◆ TASK DETAILS
Copy exactly the lines of the records below, and only those lines, beginning with the line that contains "f 216 204 206" and ending with the line that contains "f 41 214 192".

[Opening DATA LISTING section]

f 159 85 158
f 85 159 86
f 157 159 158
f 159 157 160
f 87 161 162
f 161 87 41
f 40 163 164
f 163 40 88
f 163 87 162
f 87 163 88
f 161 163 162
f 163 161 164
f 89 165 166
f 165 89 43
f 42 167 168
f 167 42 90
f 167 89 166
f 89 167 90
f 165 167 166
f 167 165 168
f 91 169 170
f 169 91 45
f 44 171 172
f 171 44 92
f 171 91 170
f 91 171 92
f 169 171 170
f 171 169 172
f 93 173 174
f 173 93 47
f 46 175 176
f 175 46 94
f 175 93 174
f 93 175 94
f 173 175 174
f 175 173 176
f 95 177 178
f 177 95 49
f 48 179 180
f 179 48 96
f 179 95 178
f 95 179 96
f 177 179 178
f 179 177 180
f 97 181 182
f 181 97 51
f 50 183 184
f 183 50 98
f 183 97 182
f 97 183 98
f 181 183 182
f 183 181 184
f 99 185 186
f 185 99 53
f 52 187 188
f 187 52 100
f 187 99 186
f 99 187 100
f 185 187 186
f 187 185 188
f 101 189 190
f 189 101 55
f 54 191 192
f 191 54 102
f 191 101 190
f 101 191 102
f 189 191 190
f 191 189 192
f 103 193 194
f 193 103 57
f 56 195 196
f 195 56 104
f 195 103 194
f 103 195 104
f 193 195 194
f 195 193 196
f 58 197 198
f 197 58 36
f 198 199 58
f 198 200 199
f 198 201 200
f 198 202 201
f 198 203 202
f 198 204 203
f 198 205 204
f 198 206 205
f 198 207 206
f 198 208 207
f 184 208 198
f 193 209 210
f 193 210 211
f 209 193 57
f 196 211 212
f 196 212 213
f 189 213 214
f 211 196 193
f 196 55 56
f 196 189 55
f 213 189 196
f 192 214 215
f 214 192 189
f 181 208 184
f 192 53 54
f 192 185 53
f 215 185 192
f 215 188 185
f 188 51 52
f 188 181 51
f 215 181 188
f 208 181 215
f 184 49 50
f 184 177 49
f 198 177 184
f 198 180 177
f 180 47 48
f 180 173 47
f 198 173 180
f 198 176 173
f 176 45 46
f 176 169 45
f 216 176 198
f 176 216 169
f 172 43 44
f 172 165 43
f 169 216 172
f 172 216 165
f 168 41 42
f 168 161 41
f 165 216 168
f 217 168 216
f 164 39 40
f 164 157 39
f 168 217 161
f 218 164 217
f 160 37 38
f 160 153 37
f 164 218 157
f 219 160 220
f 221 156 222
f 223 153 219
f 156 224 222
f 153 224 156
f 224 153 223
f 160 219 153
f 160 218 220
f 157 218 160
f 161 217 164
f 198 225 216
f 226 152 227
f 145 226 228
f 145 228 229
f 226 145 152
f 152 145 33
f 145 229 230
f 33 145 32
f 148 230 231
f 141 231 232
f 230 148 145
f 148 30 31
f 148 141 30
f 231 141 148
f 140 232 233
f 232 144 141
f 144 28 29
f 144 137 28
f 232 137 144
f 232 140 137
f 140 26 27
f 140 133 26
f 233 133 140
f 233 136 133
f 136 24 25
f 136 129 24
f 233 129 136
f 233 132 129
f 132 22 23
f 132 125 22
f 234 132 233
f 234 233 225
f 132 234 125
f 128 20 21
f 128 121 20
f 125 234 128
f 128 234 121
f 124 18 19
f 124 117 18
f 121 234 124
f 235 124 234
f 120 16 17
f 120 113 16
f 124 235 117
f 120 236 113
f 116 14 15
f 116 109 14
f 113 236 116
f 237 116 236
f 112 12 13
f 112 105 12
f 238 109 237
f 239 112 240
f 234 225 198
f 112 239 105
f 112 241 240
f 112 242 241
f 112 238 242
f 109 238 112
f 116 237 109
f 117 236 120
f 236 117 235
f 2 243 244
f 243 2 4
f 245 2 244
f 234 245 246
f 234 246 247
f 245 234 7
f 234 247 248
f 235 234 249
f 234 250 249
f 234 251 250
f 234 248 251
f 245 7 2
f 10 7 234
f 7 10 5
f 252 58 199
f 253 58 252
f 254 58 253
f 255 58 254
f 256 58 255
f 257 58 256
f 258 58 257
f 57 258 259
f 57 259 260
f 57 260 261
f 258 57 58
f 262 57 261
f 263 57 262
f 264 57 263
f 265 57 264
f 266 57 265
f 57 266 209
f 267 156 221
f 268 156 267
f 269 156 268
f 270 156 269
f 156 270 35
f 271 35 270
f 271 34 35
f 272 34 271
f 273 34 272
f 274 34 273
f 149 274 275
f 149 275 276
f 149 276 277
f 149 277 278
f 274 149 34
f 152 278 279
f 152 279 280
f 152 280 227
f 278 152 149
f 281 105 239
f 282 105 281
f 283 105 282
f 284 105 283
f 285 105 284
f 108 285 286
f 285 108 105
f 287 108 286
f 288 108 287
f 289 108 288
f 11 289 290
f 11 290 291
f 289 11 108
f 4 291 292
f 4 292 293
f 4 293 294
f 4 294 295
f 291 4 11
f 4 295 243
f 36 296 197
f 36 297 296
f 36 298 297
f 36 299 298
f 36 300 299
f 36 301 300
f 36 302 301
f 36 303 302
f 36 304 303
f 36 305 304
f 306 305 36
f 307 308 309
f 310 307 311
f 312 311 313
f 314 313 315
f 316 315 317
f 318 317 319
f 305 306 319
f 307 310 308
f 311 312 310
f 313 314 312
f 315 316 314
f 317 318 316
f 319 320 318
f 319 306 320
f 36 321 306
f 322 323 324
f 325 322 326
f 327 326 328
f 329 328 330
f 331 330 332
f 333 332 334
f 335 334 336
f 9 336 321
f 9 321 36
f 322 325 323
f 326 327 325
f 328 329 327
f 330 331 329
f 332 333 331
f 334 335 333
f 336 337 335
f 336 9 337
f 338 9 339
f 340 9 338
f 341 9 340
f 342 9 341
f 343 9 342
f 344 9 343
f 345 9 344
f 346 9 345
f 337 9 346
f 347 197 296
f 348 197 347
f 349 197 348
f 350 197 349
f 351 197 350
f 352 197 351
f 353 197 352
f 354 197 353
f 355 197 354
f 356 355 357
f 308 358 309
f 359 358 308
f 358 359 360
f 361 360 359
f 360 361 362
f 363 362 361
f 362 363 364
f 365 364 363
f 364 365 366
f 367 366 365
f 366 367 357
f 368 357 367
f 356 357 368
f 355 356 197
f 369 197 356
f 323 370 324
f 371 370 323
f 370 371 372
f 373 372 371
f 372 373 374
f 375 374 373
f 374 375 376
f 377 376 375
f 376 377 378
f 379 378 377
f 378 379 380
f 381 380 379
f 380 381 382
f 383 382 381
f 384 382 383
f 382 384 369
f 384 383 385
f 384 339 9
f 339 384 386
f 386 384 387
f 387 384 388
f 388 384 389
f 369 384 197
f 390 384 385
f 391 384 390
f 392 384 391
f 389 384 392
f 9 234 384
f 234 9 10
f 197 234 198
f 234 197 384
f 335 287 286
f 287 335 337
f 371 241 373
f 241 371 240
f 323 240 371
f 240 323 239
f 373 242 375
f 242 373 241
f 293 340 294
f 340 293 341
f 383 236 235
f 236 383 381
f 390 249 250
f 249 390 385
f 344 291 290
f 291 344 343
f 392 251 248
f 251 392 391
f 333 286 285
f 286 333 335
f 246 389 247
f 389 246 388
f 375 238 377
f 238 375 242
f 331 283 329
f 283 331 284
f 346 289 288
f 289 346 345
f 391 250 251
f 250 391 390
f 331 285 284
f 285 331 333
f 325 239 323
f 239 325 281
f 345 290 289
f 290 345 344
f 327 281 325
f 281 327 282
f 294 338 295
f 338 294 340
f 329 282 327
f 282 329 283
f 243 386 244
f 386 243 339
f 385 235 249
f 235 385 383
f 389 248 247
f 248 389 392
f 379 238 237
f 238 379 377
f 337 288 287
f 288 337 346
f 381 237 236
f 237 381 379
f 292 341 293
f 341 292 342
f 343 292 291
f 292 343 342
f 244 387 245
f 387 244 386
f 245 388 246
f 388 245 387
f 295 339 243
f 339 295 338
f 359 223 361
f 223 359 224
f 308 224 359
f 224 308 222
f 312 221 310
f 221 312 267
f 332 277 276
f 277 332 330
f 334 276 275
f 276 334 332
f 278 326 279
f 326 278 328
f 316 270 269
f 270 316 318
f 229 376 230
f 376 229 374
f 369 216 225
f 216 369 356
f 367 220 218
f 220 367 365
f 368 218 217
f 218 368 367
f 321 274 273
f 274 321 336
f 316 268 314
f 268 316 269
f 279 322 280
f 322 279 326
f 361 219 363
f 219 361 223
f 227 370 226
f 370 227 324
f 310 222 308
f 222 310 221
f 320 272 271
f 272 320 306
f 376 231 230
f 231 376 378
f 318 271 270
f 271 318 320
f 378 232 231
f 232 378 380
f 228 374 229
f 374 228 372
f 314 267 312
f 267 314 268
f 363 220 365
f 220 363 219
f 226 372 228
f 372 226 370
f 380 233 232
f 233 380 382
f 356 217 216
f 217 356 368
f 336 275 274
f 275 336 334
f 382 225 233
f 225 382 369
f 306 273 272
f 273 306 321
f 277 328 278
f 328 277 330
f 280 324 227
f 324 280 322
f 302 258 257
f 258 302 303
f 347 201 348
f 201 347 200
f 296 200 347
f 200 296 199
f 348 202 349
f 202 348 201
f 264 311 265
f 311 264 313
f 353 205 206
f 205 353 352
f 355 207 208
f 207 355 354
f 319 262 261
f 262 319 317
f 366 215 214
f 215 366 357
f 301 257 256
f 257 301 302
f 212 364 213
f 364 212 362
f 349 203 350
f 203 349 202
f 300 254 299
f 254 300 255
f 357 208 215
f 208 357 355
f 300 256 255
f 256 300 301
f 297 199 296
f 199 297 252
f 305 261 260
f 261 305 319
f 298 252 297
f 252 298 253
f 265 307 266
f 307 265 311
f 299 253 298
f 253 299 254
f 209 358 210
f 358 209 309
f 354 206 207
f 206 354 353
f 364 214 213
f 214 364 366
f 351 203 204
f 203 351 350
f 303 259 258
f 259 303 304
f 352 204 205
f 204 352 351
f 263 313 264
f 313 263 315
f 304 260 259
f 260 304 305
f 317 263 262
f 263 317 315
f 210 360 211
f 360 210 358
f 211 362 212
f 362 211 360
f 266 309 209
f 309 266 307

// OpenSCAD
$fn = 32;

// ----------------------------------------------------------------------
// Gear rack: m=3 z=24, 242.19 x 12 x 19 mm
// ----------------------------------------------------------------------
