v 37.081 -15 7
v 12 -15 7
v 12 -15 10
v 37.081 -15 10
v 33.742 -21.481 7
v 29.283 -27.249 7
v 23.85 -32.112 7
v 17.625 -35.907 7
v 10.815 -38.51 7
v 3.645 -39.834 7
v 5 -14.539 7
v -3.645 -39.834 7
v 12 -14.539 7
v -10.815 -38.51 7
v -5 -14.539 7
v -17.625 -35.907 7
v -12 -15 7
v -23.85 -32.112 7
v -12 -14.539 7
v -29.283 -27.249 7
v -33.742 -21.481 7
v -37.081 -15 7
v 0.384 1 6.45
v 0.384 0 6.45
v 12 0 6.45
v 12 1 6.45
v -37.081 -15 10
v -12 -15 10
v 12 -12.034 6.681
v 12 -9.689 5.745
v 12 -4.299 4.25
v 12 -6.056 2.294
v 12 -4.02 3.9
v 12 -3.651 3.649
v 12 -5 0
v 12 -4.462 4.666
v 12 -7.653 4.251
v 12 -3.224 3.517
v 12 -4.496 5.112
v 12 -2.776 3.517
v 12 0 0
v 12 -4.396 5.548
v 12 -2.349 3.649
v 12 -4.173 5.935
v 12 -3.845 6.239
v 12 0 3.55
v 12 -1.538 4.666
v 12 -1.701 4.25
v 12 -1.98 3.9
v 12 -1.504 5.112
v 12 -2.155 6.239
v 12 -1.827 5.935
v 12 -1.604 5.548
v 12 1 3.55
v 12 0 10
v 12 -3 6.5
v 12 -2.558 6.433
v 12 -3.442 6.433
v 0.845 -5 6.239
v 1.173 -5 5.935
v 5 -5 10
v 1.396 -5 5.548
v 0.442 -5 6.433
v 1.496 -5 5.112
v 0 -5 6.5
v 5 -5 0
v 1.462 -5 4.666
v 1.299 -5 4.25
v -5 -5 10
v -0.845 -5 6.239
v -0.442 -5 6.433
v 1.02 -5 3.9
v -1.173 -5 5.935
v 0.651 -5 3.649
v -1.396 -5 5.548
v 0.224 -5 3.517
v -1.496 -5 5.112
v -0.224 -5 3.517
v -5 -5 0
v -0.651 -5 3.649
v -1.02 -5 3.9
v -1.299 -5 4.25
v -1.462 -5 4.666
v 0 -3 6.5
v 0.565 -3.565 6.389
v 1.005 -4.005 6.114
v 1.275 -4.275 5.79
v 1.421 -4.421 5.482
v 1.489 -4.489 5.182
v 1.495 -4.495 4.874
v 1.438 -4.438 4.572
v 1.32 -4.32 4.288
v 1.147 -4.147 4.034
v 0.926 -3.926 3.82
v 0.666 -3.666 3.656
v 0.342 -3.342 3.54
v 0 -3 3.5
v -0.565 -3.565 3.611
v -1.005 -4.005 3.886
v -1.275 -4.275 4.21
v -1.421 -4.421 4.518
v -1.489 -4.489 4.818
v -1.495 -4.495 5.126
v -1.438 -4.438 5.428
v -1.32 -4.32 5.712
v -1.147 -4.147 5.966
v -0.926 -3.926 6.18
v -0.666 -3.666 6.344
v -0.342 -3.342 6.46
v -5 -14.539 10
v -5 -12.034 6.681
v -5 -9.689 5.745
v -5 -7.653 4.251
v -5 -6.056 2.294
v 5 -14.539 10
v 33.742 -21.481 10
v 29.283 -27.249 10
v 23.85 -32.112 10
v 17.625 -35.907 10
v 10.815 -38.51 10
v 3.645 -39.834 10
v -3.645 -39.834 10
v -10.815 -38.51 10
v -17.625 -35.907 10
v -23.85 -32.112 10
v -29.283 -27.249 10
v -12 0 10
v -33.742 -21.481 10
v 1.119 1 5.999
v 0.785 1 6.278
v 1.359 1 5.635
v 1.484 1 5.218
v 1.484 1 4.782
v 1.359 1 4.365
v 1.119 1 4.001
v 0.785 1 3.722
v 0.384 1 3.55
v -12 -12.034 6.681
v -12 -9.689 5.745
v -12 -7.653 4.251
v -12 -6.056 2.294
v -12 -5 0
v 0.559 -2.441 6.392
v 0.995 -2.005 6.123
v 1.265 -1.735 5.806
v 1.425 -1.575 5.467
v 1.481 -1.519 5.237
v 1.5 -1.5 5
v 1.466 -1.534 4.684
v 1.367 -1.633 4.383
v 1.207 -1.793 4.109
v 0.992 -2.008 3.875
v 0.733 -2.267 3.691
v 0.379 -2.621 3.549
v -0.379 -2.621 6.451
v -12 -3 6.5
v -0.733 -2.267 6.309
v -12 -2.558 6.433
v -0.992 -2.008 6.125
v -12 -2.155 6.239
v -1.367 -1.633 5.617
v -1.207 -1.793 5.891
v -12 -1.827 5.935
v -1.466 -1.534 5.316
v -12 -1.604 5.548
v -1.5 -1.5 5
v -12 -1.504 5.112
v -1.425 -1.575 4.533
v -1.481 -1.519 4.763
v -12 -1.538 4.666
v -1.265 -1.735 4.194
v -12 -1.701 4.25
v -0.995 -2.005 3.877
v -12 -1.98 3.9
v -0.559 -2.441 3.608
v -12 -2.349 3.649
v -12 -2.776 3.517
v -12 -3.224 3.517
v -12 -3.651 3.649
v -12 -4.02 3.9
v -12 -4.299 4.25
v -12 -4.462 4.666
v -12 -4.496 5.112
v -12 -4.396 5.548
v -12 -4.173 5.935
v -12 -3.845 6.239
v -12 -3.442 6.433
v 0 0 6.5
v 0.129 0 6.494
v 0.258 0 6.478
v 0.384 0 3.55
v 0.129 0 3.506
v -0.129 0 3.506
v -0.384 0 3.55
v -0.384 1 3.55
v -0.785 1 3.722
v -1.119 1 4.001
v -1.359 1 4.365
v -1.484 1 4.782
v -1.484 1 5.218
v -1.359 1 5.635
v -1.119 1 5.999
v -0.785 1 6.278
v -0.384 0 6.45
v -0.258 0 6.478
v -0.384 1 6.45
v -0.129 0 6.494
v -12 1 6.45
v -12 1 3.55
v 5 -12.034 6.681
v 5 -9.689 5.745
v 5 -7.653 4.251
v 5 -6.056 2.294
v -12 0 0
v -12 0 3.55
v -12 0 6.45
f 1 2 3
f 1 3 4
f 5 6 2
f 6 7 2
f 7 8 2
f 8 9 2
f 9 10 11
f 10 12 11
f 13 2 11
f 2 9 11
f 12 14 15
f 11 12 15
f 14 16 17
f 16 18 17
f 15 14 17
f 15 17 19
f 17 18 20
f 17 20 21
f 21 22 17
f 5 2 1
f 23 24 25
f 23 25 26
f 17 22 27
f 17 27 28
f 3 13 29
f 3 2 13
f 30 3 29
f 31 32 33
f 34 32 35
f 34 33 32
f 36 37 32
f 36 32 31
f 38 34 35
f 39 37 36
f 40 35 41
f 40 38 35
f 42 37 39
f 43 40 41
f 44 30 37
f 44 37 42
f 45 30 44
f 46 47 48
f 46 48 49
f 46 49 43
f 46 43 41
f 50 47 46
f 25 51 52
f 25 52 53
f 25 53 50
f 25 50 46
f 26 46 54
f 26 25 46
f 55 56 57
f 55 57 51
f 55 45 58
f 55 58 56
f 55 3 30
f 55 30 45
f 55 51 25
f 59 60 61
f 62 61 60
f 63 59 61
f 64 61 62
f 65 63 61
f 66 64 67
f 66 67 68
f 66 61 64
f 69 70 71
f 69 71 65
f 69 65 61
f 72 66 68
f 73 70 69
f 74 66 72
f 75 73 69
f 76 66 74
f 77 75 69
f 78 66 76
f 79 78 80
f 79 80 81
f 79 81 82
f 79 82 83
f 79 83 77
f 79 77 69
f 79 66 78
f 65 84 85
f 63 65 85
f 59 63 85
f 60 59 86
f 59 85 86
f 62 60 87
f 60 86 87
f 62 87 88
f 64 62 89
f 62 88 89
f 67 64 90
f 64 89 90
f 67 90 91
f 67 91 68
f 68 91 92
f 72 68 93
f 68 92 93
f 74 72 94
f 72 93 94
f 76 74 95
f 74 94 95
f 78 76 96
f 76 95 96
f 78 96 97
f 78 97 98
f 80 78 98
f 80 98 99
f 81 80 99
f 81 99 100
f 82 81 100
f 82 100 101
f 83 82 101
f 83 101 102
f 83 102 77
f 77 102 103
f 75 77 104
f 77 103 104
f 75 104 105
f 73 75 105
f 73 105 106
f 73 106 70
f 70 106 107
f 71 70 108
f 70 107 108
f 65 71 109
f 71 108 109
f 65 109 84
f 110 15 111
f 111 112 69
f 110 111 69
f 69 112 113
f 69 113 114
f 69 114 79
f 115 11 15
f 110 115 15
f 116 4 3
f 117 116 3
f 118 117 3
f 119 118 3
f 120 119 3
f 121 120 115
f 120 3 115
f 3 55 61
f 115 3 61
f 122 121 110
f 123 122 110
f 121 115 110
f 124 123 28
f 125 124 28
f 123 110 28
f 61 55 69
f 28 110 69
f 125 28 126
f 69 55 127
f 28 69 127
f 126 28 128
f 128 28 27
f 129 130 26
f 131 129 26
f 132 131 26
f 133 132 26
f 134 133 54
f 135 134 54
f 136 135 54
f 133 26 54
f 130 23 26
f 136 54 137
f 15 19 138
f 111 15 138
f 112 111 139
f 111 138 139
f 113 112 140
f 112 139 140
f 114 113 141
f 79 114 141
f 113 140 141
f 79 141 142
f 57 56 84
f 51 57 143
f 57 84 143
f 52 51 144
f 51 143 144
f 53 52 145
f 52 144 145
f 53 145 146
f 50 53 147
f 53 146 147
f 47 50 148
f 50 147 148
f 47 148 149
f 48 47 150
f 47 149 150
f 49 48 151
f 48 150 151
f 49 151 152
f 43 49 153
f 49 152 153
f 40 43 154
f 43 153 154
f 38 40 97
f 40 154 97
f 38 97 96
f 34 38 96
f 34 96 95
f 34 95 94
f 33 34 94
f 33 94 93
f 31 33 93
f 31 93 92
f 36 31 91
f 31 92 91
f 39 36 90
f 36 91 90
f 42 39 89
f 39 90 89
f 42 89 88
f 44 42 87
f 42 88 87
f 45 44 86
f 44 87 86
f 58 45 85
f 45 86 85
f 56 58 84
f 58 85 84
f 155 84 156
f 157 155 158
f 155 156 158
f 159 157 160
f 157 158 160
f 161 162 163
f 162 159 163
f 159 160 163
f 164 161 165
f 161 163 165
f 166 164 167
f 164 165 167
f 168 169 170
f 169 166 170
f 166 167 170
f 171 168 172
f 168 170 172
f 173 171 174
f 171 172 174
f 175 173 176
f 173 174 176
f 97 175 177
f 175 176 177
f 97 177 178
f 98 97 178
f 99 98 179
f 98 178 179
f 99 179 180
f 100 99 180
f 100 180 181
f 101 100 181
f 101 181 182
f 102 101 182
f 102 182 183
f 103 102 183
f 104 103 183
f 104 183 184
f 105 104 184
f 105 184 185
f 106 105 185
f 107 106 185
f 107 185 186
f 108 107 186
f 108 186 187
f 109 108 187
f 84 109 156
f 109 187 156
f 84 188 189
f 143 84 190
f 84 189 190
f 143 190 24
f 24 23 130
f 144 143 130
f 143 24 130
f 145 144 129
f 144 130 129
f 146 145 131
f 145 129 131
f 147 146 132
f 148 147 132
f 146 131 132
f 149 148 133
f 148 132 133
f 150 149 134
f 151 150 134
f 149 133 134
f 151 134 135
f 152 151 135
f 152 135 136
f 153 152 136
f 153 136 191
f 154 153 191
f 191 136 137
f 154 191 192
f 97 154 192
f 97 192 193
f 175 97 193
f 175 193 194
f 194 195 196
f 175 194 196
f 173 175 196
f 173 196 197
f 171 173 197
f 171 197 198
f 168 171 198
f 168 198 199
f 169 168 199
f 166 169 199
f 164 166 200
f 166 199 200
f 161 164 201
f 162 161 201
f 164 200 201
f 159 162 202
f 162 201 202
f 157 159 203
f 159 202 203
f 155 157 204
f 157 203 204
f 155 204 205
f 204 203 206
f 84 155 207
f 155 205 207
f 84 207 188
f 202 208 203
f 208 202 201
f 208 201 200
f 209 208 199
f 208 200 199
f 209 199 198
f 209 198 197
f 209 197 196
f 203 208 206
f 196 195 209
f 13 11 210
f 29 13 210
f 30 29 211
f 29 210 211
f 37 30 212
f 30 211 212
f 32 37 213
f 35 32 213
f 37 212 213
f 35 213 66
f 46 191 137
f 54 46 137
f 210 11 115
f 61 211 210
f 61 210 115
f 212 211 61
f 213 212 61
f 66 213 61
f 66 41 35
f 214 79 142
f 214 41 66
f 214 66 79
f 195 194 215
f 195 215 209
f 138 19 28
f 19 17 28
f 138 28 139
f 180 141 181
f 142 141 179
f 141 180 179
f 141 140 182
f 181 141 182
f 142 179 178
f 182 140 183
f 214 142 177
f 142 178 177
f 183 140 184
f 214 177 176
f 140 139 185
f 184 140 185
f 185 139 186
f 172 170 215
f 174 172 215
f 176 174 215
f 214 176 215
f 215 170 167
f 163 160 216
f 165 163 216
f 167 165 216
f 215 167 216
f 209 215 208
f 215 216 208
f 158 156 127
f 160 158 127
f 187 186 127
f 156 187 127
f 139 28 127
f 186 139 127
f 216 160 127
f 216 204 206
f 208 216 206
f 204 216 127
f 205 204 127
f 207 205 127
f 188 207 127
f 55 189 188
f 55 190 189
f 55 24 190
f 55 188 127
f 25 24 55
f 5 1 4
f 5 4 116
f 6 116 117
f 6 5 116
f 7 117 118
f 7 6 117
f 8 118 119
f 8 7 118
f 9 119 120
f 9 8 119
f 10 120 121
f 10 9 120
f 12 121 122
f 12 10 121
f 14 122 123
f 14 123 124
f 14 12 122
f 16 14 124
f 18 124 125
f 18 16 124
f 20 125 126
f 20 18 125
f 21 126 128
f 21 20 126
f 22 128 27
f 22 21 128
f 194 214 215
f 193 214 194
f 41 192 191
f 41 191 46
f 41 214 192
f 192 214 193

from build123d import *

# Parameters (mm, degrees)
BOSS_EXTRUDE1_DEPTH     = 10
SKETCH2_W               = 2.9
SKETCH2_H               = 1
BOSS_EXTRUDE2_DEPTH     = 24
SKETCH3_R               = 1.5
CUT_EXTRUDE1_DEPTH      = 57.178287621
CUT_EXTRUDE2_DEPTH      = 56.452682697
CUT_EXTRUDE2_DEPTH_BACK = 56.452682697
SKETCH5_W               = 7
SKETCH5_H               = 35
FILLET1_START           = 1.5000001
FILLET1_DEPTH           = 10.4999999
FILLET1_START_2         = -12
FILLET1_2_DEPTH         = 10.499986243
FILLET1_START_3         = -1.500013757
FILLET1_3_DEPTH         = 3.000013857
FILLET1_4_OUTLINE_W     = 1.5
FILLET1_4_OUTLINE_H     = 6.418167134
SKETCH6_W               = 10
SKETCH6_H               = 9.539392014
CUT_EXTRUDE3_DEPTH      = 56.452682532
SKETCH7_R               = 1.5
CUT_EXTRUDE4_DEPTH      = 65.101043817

[Closing DATA LISTING section]

◆ FINAL ANSWER
f 216 204 206
f 208 216 206
f 204 216 127
f 205 204 127
f 207 205 127
f 188 207 127
f 55 189 188
f 55 190 189
f 55 24 190
f 55 188 127
f 25 24 55
f 5 1 4
f 5 4 116
f 6 116 117
f 6 5 116
f 7 117 118
f 7 6 117
f 8 118 119
f 8 7 118
f 9 119 120
f 9 8 119
f 10 120 121
f 10 9 120
f 12 121 122
f 12 10 121
f 14 122 123
f 14 123 124
f 14 12 122
f 16 14 124
f 18 124 125
f 18 16 124
f 20 125 126
f 20 18 125
f 21 126 128
f 21 20 126
f 22 128 27
f 22 21 128
f 194 214 215
f 193 214 194
f 41 192 191
f 41 191 46
f 41 214 192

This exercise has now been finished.